A Pleasant Surprise

It was a pleasant surprise to learn that I’ve been chosen by London, UK-based Writers and Readers Magazine as one of their featured contributors. The magazine enjoys an impressive international circulation. The current issue, released on Feb. 4, includes a story about my late wife Judi and I being caught by a fierce storm on a lake in BC a few years ago. Here’s a look at the cover:

The magazine is available at a variety of venues, including Amazon.com. Here’s the link: https://www.amazon.com/dp/B08VVLQ25T/ref=tmm_pap_swatch_0…

Here are the first few paragraphs of that story:

A Close One

“Wow, that sure is big,” Judi said. Her eyes sparkled with surprise and admiration. 

 “Twenty-five-foot cruisers are like that,” I smiled back. 

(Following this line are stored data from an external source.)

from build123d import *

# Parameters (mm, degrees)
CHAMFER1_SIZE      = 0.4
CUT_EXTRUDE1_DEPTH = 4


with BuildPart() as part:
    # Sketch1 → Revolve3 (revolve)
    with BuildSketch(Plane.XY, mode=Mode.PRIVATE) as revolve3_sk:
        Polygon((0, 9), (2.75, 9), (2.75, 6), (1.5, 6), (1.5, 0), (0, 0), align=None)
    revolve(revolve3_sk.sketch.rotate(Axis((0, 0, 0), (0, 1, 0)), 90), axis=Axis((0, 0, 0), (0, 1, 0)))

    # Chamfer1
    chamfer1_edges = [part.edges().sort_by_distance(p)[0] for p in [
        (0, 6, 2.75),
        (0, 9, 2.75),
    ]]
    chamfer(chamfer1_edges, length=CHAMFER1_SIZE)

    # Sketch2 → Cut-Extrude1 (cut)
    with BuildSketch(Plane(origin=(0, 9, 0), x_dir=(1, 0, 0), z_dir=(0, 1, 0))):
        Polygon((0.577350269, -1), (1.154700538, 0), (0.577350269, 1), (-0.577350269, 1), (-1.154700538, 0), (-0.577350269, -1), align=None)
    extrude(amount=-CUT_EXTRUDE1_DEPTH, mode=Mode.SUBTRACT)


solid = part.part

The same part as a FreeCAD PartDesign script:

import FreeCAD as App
import Part
import Sketcher

V = App.Vector
Q = App.Units.Quantity


def edges_at(feature, points):
    """Names of the edges that pass closest to the given points."""
    edges = feature.Shape.Edges
    near = lambda p: min(range(len(edges)), key=lambda i: edges[i].distToShape(Part.Vertex(*p))[0])
    return sorted({f"Edge{near(p) + 1}" for p in points})

doc = App.newDocument("Part")
body = doc.addObject("PartDesign::Body", "Body")

# Sketch on XY plane
sketch1 = body.newObject("Sketcher::SketchObject", "Sketch")
sketch1.AttachmentSupport = (doc.getObject("XY_Plane"), [""])
sketch1.MapMode = "FlatFace"
sketch1.addGeometry([
    Part.LineSegment(V(2.8, 9, 0), V(0, 9, 0)),  # 0
    Part.LineSegment(V(0, 9, 0), V(0, 0, 0)),  # 1
    Part.LineSegment(V(0, 0, 0), V(1.5, 0, 0)),  # 2
    Part.LineSegment(V(1.5, 0, 0), V(1.5, 6, 0)),  # 3
    Part.LineSegment(V(1.5, 6, 0), V(2.8, 6, 0)),  # 4
    Part.LineSegment(V(2.8, 6, 0), V(2.8, 9, 0)),  # 5
], False)
sketch1.addConstraint([
    Sketcher.Constraint("Coincident", 0, 2, 1, 1),
    Sketcher.Constraint("Coincident", 1, 2, 2, 1),
    Sketcher.Constraint("Coincident", 2, 2, 3, 1),
    Sketcher.Constraint("Coincident", 3, 2, 4, 1),
    Sketcher.Constraint("Coincident", 4, 2, 5, 1),
    Sketcher.Constraint("Coincident", 5, 2, 0, 1),
    Sketcher.Constraint("Horizontal", 0),
    Sketcher.Constraint("Vertical", 1),
    Sketcher.Constraint("Horizontal", 2),
    Sketcher.Constraint("Vertical", 3),
    Sketcher.Constraint("Horizontal", 4),
    Sketcher.Constraint("Vertical", 5),
    Sketcher.Constraint("Coincident", 1, 2, -1, 1),
    Sketcher.Constraint("DistanceY", 1, 2, 1, 1, Q("9 mm")),
    Sketcher.Constraint("DistanceY", 3, 1, 3, 2, Q("6 mm")),
    Sketcher.Constraint("DistanceX", 2, 1, 2, 2, Q("1.5 mm")),
    Sketcher.Constraint("DistanceX", 0, 2, 0, 1, Q("2.75 mm")),
])
revolution = body.newObject("PartDesign::Revolution", "Revolution")
revolution.Profile = sketch1
revolution.ReferenceAxis = (sketch1, ["V_Axis"])
revolution.Angle = 360
doc.recompute()

chamfer = body.newObject("PartDesign::Chamfer", "Chamfer")
chamfer.Base = (revolution, edges_at(revolution, [(0, 6, 2.75), (0, 9, 2.75)]))
chamfer.Size = 0.4

# Sketch on XZ plane
sketch2 = body.newObject("Sketcher::SketchObject", "Sketch001")
sketch2.AttachmentSupport = (doc.getObject("XZ_Plane"), [""])
sketch2.MapMode = "FlatFace"
sketch2.AttachmentOffset = App.Placement(V(0, 0, -9), App.Rotation())
sketch2.addGeometry([
    Part.LineSegment(V(0.6, 1, 0), V(1.2, 0, 0)),  # 0
    Part.LineSegment(V(1.2, 0, 0), V(0.6, -1, 0)),  # 1
    Part.LineSegment(V(0.6, -1, 0), V(-0.6, -1, 0)),  # 2
    Part.LineSegment(V(-0.6, -1, 0), V(-1.2, 0, 0)),  # 3
    Part.LineSegment(V(-1.2, 0, 0), V(-0.6, 1, 0)),  # 4
    Part.LineSegment(V(-0.6, 1, 0), V(0.6, 1, 0)),  # 5
], False)
sketch2.addConstraint([
    Sketcher.Constraint("Coincident", 0, 2, 1, 1),
    Sketcher.Constraint("Coincident", 1, 2, 2, 1),
    Sketcher.Constraint("Coincident", 2, 2, 3, 1),
    Sketcher.Constraint("Coincident", 3, 2, 4, 1),
    Sketcher.Constraint("Coincident", 4, 2, 5, 1),
    Sketcher.Constraint("Coincident", 5, 2, 0, 1),
    Sketcher.Constraint("Horizontal", 2),
    Sketcher.Constraint("Horizontal", 5),
    Sketcher.Constraint("Symmetric", 0, 2, 3, 2, -1, 1),
    Sketcher.Constraint("Symmetric", 1, 2, 4, 2, -1, 1),
    Sketcher.Constraint("PointOnObject", 0, 2, -1),
    Sketcher.Constraint("Parallel", 0, 3),
    Sketcher.Constraint("Vertical", 2, 2, 4, 2),
    Sketcher.Constraint("Angle", 0, Q("-60 deg")),
    Sketcher.Constraint("DistanceY", 1, 2, -1, 1, Q("1 mm")),
    Sketcher.Constraint("DistanceX", 2, 2, 2, 1, Q("1.154701 mm")),
])
pocket1 = body.newObject("PartDesign::Pocket", "Pocket")
pocket1.Profile = sketch2
pocket1.Length = 4
pocket1.Reversed = True

doc.recompute()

We were taking delivery of the boat of our dreams. In the weeks ahead, Judi and I would enjoy numerous remarkable experiences, including one that almost cost our lives.

We moored our boat at a marina on picturesque Kootenay Lake, nestled between two mountain ranges in eastern British Columbia. Our initial focus was on learning to handle it … the first lesson was crucial: how to manoeuvre the boat in and out of the tricky marina. 

  “You’ll need to be especially careful,” our instructor, Art, told us. The serious look on his face made clear the gravity of the instruction to come.

He explained the L-shaped marina entrance was deliberately narrow and made of massive boulders to protect it from violent storms. Precise navigation was required. Art warned us that fierce winds and enormous waves could spring up with little warning.

  After our basic training, we spent many weekends touring the sparkling blue waters of the hundred-kilometer-long lake, discovering a tantalizing choice of bays. Our favorite was a deep, narrow cove with a wide sandy beach protected on both sides by cliffs thirty feet high. We were confident the boat would be as secure in that bay as in our marina ten miles north on the other side of the lake. 

  One Saturday evening, a cloudless sky promised a carpet of stars. We’d just settled down at dusk to enjoy a romantic campfire on the sandy beach when a dark shape appeared at the head of the cove. A small boat, the motor almost idling, was headed straight for us. 

  A strange figure was perched at the back. As he came closer, Judi and I could make out an unruly black beard streaked with gray, announcing he was male. He wore a homemade top hat that failed to harness the long dark hair straggling from beneath. The hat resembled something Abraham Lincoln might have worn. Its wider brim resembled a witch’s hat giving him an even more sinister appearance. His jacket and pants appeared made from bearskin similar to those worn by legendary mountain men. 

  Judi grabbed my hand as the small aluminum boat came to a scraping stop on the sandy beach about ten yards from us. The stranger removed his hat, scratched a tangled mass of long dark hair and his beard, and then directed a silent nodding acknowledgement our way. A fishing rod poked up from one side of the seventeen-foot boat. The barrel of a rifle stuck up from the other. 

  The bizarre-looking man stepped nimbly over the side, displaying knee-high boots also made from animal hide. He pulled the boat up onto the beach and tied it to a stout tree. The stranger began walking toward our campfire, the fishing rod in one hand and the rifle in the other.